To six quarts of red raspberries, allow one scant quart of white wine vinegar. Pour the vinegar over the fruit into a stone jar, cover, and stir the fruit once every day for four or five days in succession, then strain through a jelly bag and boil, allowing a pint of sugar to every pint of juice. Skim off the scum that rises and cook until the consistency of syrup. When cold, bottle, cork, and seal. It is not necessary to buy the choicest raspberries for this purpose. Your grocer, probably, may have a quantity of berries on hand that he cannot dispose of for table use (which are good enough for this purpose), which you may buy at one-fourth the selling price.
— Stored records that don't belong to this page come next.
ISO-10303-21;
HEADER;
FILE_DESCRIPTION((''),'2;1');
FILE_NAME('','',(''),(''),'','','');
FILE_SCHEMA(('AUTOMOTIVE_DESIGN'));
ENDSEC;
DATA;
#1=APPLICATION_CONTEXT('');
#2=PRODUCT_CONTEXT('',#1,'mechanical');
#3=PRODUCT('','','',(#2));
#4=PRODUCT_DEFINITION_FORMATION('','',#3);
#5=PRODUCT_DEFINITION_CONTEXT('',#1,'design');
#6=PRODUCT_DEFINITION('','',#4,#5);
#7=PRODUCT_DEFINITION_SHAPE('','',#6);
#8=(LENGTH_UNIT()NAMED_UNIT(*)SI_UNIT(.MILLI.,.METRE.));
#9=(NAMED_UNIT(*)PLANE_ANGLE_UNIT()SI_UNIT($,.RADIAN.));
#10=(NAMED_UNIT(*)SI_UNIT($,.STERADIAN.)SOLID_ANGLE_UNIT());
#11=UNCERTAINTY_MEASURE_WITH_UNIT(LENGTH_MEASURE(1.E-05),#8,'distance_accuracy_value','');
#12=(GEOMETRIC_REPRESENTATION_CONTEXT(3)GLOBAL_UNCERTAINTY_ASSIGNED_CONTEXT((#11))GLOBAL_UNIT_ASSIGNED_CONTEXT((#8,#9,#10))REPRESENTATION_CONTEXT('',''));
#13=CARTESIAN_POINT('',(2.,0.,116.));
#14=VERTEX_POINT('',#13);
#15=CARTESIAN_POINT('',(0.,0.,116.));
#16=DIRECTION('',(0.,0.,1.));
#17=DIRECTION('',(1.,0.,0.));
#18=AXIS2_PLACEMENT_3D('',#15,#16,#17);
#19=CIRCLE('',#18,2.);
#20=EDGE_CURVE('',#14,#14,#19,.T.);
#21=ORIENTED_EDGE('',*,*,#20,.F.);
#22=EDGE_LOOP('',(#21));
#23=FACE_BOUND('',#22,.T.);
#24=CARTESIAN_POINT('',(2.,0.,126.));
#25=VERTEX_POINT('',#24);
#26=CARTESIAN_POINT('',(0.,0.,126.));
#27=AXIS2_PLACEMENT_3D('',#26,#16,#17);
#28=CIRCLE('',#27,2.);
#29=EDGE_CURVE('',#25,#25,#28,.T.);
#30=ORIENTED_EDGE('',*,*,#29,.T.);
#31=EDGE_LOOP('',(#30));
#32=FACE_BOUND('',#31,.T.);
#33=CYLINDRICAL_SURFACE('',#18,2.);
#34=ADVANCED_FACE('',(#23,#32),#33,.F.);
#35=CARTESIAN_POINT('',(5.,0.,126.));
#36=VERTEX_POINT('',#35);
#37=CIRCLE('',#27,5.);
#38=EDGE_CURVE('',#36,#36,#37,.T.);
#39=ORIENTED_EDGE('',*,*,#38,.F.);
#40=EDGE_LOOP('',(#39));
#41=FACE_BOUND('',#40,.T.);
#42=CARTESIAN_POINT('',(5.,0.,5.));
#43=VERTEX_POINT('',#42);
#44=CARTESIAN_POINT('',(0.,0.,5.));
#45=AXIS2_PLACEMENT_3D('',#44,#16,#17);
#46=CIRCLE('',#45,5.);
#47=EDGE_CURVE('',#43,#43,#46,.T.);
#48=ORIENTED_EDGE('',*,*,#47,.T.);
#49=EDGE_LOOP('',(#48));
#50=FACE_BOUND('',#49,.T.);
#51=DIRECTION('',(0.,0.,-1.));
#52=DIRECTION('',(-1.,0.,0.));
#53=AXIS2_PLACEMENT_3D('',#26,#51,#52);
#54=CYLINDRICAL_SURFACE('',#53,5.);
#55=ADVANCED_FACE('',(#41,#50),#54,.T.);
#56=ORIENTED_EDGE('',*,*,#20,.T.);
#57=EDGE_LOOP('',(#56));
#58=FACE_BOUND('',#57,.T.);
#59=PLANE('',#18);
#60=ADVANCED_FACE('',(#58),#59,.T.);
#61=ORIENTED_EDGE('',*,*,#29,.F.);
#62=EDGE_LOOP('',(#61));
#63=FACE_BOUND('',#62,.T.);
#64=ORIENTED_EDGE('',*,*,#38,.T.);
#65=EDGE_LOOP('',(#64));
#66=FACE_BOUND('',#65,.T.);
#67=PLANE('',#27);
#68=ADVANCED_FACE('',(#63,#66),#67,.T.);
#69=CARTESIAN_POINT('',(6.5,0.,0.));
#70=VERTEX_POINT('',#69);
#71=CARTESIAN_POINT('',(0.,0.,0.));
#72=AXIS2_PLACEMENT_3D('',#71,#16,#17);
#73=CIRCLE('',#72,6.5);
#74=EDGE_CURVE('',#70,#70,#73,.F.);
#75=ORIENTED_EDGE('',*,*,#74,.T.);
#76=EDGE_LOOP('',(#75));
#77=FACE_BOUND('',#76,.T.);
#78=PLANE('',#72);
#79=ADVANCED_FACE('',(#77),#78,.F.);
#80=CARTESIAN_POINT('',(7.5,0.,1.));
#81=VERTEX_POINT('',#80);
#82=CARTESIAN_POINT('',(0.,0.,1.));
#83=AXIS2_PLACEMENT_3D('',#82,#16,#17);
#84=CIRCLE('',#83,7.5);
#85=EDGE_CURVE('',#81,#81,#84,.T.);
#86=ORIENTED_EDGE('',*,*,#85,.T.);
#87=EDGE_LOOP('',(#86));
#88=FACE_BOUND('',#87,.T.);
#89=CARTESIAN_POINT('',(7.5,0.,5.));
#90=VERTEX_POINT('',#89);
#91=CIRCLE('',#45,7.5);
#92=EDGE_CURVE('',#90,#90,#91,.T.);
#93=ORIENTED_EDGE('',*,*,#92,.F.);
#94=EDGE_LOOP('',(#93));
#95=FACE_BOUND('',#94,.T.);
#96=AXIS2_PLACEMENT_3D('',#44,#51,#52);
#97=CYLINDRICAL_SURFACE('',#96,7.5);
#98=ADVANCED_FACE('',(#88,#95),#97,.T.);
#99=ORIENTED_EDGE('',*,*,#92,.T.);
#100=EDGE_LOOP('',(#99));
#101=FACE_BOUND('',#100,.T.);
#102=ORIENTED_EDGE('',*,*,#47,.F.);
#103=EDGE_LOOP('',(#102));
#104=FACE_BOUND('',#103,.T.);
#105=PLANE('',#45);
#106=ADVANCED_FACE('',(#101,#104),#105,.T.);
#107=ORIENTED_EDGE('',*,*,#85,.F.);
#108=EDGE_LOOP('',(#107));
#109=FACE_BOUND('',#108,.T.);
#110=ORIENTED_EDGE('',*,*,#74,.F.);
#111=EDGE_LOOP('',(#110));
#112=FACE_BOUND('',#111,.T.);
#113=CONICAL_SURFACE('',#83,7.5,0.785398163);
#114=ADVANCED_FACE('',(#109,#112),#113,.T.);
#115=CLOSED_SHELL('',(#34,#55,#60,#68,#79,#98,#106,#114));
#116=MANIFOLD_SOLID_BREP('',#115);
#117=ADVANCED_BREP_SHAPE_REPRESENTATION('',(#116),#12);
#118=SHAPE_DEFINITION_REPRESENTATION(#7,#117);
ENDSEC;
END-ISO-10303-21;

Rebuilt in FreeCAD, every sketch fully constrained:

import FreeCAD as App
import Part
import Sketcher
from FreeCAD import Vector


def edges_at(feature, points):
    """Names of the edges that pass closest to the given points."""
    edges = feature.Shape.Edges
    near = lambda p: min(range(len(edges)), key=lambda i: edges[i].distToShape(Part.Vertex(*p))[0])
    return sorted({f"Edge{near(p) + 1}" for p in points})

doc = App.newDocument("Part")
params = doc.addObject("Spreadsheet::Sheet", "Params")
for row, (alias, value) in enumerate([
    ("sketch1_diameter", "15 mm"),
    ("pad1_length", "5 mm"),
    ("chamfer_size", "1 mm"),
    ("sketch2_diameter", "10 mm"),
    ("pad2_length", "121 mm"),
    ("sketch3_diameter", "4 mm"),
    ("pocket1_length", "10 mm"),
], start=1):
    params.set(f"A{row}", alias)
    params.set(f"B{row}", "=" + value)
    params.setAlias(f"B{row}", alias)

body = doc.addObject("PartDesign::Body", "Body")

# Sketch on XY plane
sketch1 = doc.addObject("Sketcher::SketchObject", "Sketch")
body.addObject(sketch1)
sketch1.AttachmentSupport = (doc.XY_Plane, [""])
sketch1.MapMode = "FlatFace"
sketch1.addGeometry(Part.Circle(Vector(0, 0, 0), Vector(0, 0, 1), 7.5), False)
sketch1.addConstraint(Sketcher.Constraint("Coincident", 0, 3, -1, 1))
sketch1.addConstraint(Sketcher.Constraint("Diameter", 0, 15.0))
sketch1.setExpression("Constraints[1]", "Params.sketch1_diameter")
pad1 = doc.addObject("PartDesign::Pad", "Pad")
body.addObject(pad1)
pad1.Profile = sketch1
pad1.setExpression("Length", "Params.pad1_length")
doc.recompute()

chamfer = doc.addObject("PartDesign::Chamfer", "Chamfer")
body.addObject(chamfer)
chamfer.Base = (pad1, edges_at(pad1, [(-7.5, 0, 0)]))
chamfer.setExpression("Size", "Params.chamfer_size")

# Sketch on XY plane
sketch2 = doc.addObject("Sketcher::SketchObject", "Sketch001")
body.addObject(sketch2)
sketch2.AttachmentSupport = (doc.XY_Plane, [""])
sketch2.MapMode = "FlatFace"
sketch2.AttachmentOffset = App.Placement(Vector(0, 0, 5), App.Rotation())
sketch2.addGeometry(Part.Circle(Vector(0, 0, 0), Vector(0, 0, 1), 5), False)
sketch2.addConstraint(Sketcher.Constraint("Coincident", 0, 3, -1, 1))
sketch2.addConstraint(Sketcher.Constraint("Diameter", 0, 10.0))
sketch2.setExpression("Constraints[1]", "Params.sketch2_diameter")
pad2 = doc.addObject("PartDesign::Pad", "Pad001")
body.addObject(pad2)
pad2.Profile = sketch2
pad2.setExpression("Length", "Params.pad2_length")

# Sketch on XY plane
sketch3 = doc.addObject("Sketcher::SketchObject", "Sketch002")
body.addObject(sketch3)
sketch3.AttachmentSupport = (doc.XY_Plane, [""])
sketch3.MapMode = "FlatFace"
sketch3.AttachmentOffset = App.Placement(Vector(0, 0, 126), App.Rotation())
sketch3.addGeometry(Part.Circle(Vector(0, 0, 0), Vector(0, 0, 1), 2), False)
sketch3.addConstraint(Sketcher.Constraint("Coincident", 0, 3, -1, 1))
sketch3.addConstraint(Sketcher.Constraint("Diameter", 0, 4.0))
sketch3.setExpression("Constraints[1]", "Params.sketch3_diameter")
pocket1 = doc.addObject("PartDesign::Pocket", "Pocket")
body.addObject(pocket1)
pocket1.Profile = sketch3
pocket1.setExpression("Length", "Params.pocket1_length")

doc.recompute()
Raspberry and Pineapple Vinegars

The refreshing raspberry vinegar recipe and the pineapple vinegar recipe are both taken from "The White House Cook Book" by Hugo Ziemann, Steward of the White House, and Mrs. F. L. Gillette, a celebrated 19th-century cookbook author, published by The Saalfield Publishing Company, New York, in 1913.

These refreshing vinegar beverages were once served to summertime guests on the White House lawn.


Raspberry Vinegar Drink, Fine

Turn over a quart of ripe raspberries, mashed, a quart of good cider vinegar; add one pound of white sugar; mix well, then let stand in the sun (covered) four hours. Strain it, squeeze out the juice and put in a pint of good brandy. Seal it up in bottles, airtight, and lay them on their sides in the cellar; cover them with sawdust. When used, pour two tablespoonfuls to a tumblerful of ice water. Fine taste.

Pineapple Vinegar Drink

Cover sliced pineapples with pure cider vinegar; let them stand three or four days, then mash and strain through a cloth as long as it runs clear; to every three quarts of juice add five pounds of sugar. Boil it altogether about ten minutes, skim carefully until nothing rises to the surface, take from the fire; when cool, bottle it.

Blackberries, and raspberries, and, in fact, any kind of highly flavored fruit is fine; a tablespoonful in a glass of ice-cold water, to drink in warm weather.




raspberry vinegar recipes cookbook Enjoy trying these vintage raspberry vinegar recipes. You will find them to be refreshingly good tasting.